Imran Khan

Personal information
- Full name: Mohammad Imran Khan
- Born: 10 September 1973 (age 52) Rawalpindi, Punjab Pakistan
- Batting: Right-handed
- Bowling: Right-arm fast-medium

Domestic team information
- 1994–2000: Agriculture Development Bank of Pakistan

Career statistics
| Competition | FC | LA |
| Matches | 5 | 13 |
| Runs scored | 23 | 134 |
| Batting average | 3.28 | 19.14 |
| 100s/50s | 0/0 | 0/0 |
| Top score | 7 | 44 |
| Balls bowled | 54 | 6 |
| Wickets | 0 | 0 |
| Bowling average | n/a | n/a |
| 5 wickets in innings | 0 | 0 |
| 10 wickets in match | 0 | 0 |
| Best bowling | 0/12 | 0/11 |
| Catches/stumpings | 2/– | 6/– |
- Source: CricketArchive, 9 December 2014

= Imran Khan (cricketer, born September 1973) =

Pakistani cricketer (born 1973)

Mohammad Imran Khan (born 10 September 1973) is a former Pakistani cricketer who played first-class and limited-overs matches for Agriculture Development Bank of Pakistan (ADB) from 1994 to 2000.

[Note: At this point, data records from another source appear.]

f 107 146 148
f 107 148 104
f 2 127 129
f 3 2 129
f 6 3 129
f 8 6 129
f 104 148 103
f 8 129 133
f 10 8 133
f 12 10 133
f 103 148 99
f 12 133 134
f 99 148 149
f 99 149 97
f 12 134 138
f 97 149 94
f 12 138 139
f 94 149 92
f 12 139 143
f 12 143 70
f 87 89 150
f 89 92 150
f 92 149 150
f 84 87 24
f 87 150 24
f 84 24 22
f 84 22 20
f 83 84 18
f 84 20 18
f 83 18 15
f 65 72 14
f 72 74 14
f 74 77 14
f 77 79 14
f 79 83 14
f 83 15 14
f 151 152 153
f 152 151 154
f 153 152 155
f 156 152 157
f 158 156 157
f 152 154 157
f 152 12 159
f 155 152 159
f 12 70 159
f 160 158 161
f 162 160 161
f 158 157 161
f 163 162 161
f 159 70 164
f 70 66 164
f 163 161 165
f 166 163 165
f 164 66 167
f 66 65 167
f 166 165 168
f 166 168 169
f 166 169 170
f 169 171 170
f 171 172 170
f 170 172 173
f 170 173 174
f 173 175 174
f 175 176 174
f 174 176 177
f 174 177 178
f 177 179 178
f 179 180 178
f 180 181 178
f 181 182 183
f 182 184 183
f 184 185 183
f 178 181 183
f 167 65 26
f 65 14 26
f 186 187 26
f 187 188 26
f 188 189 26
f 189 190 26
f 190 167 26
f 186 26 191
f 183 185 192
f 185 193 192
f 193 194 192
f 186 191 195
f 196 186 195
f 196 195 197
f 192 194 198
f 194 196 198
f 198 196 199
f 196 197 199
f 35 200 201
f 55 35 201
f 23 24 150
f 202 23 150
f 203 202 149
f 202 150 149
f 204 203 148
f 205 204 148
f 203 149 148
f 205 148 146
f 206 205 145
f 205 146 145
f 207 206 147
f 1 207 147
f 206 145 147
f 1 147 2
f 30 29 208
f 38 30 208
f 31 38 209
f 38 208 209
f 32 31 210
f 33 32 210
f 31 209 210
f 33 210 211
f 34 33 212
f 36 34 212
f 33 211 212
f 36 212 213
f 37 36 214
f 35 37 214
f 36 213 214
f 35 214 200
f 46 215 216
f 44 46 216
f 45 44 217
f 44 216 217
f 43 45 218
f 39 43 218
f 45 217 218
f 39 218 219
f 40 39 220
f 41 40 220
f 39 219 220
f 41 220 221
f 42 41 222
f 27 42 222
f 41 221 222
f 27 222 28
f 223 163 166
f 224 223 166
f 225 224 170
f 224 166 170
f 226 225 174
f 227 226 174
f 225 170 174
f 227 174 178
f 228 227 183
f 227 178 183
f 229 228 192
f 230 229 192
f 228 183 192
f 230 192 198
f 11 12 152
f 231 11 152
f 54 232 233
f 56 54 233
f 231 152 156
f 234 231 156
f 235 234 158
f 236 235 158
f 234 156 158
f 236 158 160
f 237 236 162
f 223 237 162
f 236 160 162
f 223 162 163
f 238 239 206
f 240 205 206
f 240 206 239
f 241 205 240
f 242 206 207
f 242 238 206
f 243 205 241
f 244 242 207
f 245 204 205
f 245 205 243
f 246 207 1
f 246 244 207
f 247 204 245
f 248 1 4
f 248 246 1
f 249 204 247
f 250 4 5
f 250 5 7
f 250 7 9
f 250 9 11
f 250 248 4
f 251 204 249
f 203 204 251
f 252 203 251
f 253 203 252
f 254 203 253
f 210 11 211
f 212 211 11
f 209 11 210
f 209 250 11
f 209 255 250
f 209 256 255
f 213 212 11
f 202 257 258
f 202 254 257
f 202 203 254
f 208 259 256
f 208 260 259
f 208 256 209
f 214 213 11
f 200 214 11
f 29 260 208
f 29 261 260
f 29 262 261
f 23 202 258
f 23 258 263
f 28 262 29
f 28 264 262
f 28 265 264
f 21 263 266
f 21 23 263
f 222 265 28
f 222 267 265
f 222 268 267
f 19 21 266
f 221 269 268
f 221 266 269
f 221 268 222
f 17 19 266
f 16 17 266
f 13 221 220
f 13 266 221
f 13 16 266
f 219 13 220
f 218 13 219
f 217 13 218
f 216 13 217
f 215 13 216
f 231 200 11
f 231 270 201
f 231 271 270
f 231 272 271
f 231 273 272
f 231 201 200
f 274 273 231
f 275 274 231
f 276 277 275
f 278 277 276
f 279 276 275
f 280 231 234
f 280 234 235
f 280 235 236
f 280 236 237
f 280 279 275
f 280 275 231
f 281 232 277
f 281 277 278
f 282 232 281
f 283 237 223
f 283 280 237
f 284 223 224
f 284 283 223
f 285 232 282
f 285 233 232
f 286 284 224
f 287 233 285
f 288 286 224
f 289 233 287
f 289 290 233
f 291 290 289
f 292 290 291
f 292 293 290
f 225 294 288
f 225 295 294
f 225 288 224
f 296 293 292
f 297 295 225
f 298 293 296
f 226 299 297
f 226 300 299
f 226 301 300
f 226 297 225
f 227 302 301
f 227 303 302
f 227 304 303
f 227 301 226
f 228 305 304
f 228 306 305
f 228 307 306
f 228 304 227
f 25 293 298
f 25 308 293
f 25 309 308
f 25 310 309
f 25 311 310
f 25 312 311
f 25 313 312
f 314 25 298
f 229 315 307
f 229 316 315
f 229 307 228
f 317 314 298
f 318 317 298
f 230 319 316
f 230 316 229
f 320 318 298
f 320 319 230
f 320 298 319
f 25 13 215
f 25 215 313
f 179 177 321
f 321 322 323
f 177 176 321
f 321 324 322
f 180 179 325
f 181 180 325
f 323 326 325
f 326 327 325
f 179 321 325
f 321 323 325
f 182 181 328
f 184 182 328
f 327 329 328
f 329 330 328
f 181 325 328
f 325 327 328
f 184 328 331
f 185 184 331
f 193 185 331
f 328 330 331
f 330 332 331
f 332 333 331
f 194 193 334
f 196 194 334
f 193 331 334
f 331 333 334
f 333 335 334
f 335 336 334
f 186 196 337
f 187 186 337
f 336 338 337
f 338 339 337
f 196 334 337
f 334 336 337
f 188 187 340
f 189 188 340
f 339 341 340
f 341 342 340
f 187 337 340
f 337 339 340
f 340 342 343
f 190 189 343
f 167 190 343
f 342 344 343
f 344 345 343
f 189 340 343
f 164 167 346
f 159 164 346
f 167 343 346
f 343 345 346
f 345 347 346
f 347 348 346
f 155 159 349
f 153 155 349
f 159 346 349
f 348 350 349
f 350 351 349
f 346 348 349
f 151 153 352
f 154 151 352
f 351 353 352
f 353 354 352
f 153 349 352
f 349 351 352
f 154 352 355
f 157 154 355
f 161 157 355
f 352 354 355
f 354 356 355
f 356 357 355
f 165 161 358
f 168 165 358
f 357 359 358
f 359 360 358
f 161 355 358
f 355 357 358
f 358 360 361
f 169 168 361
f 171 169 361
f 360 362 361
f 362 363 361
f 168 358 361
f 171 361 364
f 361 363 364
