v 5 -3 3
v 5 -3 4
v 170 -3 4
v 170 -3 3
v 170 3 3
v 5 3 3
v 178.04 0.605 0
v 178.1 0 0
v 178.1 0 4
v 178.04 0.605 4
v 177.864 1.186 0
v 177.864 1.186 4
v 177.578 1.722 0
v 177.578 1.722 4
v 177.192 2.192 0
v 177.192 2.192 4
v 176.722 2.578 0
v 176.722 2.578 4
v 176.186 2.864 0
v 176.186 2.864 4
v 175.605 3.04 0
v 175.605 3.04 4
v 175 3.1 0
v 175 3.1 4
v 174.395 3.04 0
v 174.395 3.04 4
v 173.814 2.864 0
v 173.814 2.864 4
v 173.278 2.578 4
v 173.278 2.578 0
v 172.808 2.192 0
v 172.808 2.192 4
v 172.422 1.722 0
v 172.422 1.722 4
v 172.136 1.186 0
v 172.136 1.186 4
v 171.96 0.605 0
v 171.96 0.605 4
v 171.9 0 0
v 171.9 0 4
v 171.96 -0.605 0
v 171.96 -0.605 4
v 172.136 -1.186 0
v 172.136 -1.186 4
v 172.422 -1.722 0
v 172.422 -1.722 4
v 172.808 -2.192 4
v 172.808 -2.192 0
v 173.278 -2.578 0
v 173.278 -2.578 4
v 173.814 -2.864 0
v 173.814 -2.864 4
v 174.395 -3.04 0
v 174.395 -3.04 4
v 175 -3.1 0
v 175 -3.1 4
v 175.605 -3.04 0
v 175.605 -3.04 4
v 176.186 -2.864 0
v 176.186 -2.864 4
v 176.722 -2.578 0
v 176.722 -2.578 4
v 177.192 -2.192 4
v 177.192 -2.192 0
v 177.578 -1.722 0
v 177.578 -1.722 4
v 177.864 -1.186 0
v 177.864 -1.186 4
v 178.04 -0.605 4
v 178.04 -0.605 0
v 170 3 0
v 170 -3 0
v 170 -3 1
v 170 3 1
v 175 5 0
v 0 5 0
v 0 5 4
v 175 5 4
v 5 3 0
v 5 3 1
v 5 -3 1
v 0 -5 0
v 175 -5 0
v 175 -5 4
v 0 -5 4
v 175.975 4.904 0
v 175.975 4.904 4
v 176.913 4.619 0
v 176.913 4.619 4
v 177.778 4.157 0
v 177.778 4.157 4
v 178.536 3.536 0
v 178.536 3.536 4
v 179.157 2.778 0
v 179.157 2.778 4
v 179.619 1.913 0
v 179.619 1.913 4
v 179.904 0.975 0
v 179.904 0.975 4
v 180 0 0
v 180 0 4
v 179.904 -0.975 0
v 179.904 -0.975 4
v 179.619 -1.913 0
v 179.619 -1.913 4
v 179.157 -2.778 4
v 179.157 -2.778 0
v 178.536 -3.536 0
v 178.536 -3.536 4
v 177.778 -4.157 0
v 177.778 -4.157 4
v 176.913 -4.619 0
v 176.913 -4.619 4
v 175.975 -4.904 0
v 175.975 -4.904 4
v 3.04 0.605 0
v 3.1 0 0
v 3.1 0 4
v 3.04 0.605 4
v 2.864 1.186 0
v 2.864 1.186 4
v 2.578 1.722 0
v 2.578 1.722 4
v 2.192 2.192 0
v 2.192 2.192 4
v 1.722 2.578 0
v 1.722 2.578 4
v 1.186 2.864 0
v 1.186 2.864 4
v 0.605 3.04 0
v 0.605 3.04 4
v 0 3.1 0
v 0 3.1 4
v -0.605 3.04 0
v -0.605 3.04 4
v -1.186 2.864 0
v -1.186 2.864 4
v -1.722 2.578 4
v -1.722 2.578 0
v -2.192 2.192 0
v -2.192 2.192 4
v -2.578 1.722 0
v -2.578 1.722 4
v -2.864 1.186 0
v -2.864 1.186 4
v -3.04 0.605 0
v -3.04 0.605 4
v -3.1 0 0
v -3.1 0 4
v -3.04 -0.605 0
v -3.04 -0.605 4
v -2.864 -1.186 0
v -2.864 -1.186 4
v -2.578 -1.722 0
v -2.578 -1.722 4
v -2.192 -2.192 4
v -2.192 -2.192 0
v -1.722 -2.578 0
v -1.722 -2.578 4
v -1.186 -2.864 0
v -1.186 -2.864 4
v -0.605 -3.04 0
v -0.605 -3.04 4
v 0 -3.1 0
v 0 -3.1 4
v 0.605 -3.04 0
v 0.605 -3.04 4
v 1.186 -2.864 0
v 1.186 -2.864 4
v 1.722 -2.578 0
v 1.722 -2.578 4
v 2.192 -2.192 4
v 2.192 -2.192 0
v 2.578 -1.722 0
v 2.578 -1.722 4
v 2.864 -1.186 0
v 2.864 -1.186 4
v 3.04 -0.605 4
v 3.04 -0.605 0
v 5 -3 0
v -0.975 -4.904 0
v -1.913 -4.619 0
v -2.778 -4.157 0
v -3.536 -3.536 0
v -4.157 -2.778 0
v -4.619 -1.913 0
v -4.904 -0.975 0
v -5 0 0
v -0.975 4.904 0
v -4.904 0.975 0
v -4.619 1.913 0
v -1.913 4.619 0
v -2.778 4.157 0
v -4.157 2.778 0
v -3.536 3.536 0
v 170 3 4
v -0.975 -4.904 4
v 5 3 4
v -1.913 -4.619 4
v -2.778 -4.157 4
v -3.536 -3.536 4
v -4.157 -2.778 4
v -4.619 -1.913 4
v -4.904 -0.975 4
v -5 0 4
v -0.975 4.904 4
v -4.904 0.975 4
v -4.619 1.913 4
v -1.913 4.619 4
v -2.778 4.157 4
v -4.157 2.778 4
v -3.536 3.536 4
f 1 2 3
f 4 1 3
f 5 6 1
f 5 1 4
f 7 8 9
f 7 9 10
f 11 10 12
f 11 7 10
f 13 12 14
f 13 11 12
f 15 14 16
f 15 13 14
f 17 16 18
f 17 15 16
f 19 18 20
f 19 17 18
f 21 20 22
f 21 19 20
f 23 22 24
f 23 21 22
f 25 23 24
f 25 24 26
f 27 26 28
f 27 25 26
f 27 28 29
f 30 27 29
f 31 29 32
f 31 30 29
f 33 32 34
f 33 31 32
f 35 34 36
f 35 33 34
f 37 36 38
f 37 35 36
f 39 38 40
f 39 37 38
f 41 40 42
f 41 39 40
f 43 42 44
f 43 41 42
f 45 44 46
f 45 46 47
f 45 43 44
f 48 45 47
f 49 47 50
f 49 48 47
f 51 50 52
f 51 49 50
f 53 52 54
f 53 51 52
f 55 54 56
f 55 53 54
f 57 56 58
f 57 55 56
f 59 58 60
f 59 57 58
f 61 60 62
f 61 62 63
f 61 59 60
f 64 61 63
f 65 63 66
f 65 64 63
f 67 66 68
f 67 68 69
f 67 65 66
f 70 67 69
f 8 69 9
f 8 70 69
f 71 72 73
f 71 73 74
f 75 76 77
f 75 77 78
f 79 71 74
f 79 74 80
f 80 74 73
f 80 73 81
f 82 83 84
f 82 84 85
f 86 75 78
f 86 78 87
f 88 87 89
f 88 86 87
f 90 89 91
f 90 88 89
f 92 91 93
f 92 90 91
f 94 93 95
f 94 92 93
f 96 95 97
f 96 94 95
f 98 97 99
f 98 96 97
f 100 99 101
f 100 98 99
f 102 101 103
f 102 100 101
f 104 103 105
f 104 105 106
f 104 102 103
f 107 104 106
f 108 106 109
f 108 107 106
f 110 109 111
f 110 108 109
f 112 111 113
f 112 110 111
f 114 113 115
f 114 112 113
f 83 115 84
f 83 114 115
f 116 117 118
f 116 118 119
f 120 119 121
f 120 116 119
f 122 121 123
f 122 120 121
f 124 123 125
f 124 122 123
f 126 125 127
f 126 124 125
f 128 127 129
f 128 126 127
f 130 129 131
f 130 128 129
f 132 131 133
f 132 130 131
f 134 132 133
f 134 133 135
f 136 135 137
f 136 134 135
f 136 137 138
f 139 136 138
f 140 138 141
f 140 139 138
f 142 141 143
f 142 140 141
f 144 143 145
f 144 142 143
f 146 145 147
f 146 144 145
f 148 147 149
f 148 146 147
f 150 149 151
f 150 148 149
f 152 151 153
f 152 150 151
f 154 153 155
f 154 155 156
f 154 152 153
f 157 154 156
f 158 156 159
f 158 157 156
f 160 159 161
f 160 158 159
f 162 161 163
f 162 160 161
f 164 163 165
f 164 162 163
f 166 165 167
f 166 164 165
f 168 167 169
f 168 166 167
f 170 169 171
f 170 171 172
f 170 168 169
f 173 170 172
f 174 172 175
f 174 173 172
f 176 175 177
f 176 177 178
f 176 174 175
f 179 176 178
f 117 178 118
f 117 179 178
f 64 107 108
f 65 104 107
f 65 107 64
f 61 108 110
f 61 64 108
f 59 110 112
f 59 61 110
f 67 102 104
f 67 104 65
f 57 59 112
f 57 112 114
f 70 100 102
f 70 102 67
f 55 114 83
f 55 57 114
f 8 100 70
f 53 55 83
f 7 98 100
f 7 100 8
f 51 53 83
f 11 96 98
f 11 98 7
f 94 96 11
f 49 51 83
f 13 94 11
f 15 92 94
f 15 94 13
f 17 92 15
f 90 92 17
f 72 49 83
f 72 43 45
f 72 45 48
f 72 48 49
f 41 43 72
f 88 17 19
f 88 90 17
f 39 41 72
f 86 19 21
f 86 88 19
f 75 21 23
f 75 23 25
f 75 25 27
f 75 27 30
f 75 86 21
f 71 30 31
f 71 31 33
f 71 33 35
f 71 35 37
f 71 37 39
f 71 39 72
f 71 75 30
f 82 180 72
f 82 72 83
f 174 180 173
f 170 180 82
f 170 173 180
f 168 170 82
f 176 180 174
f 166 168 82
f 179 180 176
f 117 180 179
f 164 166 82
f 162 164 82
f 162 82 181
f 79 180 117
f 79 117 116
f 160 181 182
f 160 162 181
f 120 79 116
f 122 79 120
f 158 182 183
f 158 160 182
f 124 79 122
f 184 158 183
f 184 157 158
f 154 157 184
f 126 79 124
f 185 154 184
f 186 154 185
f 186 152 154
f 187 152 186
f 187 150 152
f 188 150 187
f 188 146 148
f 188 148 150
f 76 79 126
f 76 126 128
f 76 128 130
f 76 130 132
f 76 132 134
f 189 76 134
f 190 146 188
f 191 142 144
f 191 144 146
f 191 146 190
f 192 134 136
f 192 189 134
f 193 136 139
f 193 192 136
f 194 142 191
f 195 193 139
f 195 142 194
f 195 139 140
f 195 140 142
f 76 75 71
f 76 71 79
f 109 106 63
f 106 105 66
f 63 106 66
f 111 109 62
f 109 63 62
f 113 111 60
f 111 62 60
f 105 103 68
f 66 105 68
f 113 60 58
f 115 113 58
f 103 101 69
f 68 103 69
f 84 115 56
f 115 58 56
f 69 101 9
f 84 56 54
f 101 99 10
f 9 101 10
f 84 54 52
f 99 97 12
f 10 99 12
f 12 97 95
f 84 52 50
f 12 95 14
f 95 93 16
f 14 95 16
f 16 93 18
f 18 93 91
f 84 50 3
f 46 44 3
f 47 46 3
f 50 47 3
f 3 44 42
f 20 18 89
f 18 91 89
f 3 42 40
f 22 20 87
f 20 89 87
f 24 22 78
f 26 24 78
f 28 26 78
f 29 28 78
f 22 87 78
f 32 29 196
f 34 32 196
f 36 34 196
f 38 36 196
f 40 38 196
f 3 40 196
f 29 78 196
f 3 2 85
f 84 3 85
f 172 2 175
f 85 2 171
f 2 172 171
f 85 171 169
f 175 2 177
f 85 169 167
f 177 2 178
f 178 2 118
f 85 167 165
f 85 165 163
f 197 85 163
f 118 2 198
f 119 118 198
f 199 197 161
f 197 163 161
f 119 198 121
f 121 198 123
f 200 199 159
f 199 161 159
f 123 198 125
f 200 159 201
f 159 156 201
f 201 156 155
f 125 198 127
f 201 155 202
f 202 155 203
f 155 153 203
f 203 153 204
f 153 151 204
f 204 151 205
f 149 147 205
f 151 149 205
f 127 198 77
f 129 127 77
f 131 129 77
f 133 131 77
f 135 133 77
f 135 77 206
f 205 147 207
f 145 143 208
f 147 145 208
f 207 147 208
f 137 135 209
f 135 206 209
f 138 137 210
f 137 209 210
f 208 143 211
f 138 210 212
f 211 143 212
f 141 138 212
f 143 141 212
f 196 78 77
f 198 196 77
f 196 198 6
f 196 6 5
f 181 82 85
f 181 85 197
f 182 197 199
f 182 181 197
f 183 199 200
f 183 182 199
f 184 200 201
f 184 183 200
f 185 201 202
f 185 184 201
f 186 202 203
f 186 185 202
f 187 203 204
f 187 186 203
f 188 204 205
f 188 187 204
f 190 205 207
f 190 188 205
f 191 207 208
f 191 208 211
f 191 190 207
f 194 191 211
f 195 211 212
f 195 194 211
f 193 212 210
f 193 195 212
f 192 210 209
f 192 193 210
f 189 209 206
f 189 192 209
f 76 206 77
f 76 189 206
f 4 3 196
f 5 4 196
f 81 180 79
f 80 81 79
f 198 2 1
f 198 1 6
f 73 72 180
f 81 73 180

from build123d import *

# Parameters (mm, degrees)
CROQUIS1_R              = 3.1
SALIENTE_EXTRUIR1_DEPTH = 4
CROQUIS2_W              = 165
CROQUIS2_H              = 6
CORTAR_EXTRUIR1_DEPTH   = 1
CROQUIS3_W              = 165
CROQUIS3_H              = 6
CORTAR_EXTRUIR2_DEPTH   = 1


with BuildPart() as part:
    # Croquis1 → Saliente-Extruir1 (new body)
    with BuildSketch(Plane.XY):
        with BuildLine():
            Line((0, 5), (175, 5))
            ThreePointArc((175, 5), (180, 0), (175, -5))
            Line((175, -5), (0, -5))
            ThreePointArc((0, -5), (-5, 0), (0, 5))
        make_face()
        Circle(CROQUIS1_R, mode=Mode.SUBTRACT)
        with Locations((175, 0)):
            Circle(CROQUIS1_R, mode=Mode.SUBTRACT)
    extrude(amount=SALIENTE_EXTRUIR1_DEPTH)

    # Croquis2 → Cortar-Extruir1 (cut)
    with BuildSketch(Plane.XY.offset(4)):
        with Locations((87.5, 0)):
            Rectangle(CROQUIS2_W, CROQUIS2_H)
    extrude(amount=-CORTAR_EXTRUIR1_DEPTH, mode=Mode.SUBTRACT)

    # Croquis3 → Cortar-Extruir2 (cut)
    with BuildSketch(Plane(origin=(0, 0, 0), x_dir=(-1, 0, 0), z_dir=(0, 0, -1))):
        with Locations((-87.5, 0)):
            Rectangle(CROQUIS3_W, CROQUIS3_H)
    extrude(amount=-CORTAR_EXTRUIR2_DEPTH, mode=Mode.SUBTRACT)


solid = part.part
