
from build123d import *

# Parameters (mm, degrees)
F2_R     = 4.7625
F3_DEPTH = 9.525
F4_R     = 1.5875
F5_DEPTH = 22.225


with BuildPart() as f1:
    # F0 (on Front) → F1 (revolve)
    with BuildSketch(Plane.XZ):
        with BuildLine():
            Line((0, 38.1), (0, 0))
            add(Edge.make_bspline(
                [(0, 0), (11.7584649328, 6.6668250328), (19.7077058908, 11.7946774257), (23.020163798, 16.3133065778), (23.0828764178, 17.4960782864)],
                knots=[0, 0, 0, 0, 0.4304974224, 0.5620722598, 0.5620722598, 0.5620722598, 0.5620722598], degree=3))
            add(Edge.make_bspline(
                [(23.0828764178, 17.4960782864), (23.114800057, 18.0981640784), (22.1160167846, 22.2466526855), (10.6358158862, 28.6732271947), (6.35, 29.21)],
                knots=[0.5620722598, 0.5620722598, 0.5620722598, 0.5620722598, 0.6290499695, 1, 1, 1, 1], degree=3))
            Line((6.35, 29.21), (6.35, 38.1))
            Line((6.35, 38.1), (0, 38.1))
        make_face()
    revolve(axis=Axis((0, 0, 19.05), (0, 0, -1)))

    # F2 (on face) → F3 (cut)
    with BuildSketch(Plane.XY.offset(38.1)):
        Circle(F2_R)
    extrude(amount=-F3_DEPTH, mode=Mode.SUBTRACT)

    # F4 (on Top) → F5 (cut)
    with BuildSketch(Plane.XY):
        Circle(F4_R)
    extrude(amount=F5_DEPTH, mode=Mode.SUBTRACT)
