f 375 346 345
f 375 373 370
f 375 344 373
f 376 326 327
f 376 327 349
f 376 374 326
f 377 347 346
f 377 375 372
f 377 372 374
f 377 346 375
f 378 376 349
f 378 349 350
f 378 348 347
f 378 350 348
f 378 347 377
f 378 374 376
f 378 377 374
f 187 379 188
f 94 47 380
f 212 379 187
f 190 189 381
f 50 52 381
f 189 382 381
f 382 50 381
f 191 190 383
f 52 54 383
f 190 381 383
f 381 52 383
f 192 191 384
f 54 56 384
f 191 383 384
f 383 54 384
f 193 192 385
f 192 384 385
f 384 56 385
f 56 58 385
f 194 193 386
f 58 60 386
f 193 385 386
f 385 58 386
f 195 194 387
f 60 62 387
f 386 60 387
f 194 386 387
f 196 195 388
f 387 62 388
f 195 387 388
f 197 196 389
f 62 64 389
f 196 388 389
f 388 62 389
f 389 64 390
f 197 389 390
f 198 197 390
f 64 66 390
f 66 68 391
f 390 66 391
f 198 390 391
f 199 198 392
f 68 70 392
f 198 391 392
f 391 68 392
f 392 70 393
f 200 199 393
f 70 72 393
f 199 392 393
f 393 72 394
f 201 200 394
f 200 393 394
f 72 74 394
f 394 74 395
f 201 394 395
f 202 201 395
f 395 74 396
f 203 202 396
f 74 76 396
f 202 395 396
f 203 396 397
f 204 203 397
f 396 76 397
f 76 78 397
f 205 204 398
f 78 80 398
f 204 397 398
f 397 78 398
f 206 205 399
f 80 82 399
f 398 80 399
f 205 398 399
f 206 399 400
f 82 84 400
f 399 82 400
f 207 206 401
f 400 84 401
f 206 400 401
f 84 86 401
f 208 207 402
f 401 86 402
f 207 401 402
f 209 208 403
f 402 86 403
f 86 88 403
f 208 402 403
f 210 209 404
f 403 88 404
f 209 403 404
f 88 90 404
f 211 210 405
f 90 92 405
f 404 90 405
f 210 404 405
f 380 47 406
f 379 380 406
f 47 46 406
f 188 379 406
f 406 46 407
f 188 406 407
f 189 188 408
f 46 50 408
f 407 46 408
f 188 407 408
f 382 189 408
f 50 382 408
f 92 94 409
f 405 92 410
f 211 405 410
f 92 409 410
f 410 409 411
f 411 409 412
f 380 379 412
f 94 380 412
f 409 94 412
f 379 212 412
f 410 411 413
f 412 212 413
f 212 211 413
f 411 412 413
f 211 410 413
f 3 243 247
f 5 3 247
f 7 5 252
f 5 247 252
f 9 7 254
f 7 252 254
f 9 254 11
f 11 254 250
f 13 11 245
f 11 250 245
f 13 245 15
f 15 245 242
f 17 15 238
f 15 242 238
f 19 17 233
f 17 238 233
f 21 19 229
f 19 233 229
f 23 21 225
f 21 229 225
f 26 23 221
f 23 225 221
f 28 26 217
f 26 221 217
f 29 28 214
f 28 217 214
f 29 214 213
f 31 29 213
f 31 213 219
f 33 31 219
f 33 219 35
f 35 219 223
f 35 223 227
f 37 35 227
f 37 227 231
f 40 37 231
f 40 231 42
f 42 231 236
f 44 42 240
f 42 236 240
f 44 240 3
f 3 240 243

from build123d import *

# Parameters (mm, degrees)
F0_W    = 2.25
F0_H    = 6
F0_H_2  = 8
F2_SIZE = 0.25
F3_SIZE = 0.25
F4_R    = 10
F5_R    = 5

Born in Rawalpindi, Imran made his first-class debut for ADB in October 1994, during the 1994–95 season of the BCCP Patron's Trophy. On debut against Pakistan International Airlines, he opened the bowling with Pakistan international Manzoor Elahi, but bowled only four overs in the innings. A right-arm fast-medium bowler and lower-order batsman, Imran played twice in the following season's Patron's Trophy, but bowled only five overs across the two matches. Later in the season, he also appeared in the limited-overs Wills Cup, debuting against Karachi Whites in December 1995. He was rarely used as a bowler, bowling only a single over in five matches, but was more successful while batting, finishing with an average of 43.00 from four innings after being dismissed only once.

Imran played only a single Wills Cup match during the 1996–97 season, and a single Patron's Trophy match during the 1997–98 season. His final first-class match came in October 1999, against Rawalpindi in the 1999–2000 season of the Quaid-i-Azam Trophy. He scored seven runs in the ADB's only innings, which was to be his highest score at that level – Imran finished his first-class career with only 23 runs from eight innings, for an average of 3.28. Imran's one-day career persisted until March 2000, with irregular matches in the Tissot Cup (the renamed Wills Cup) and the National Bank of Pakistan Cup. In several of those, he appeared as a middle-order batsman, batting as high as fifth in the batting order. He finished his list-A career with a batting average of 19.14, with his highest score, 44 runs, made against Sargodha in April 1999.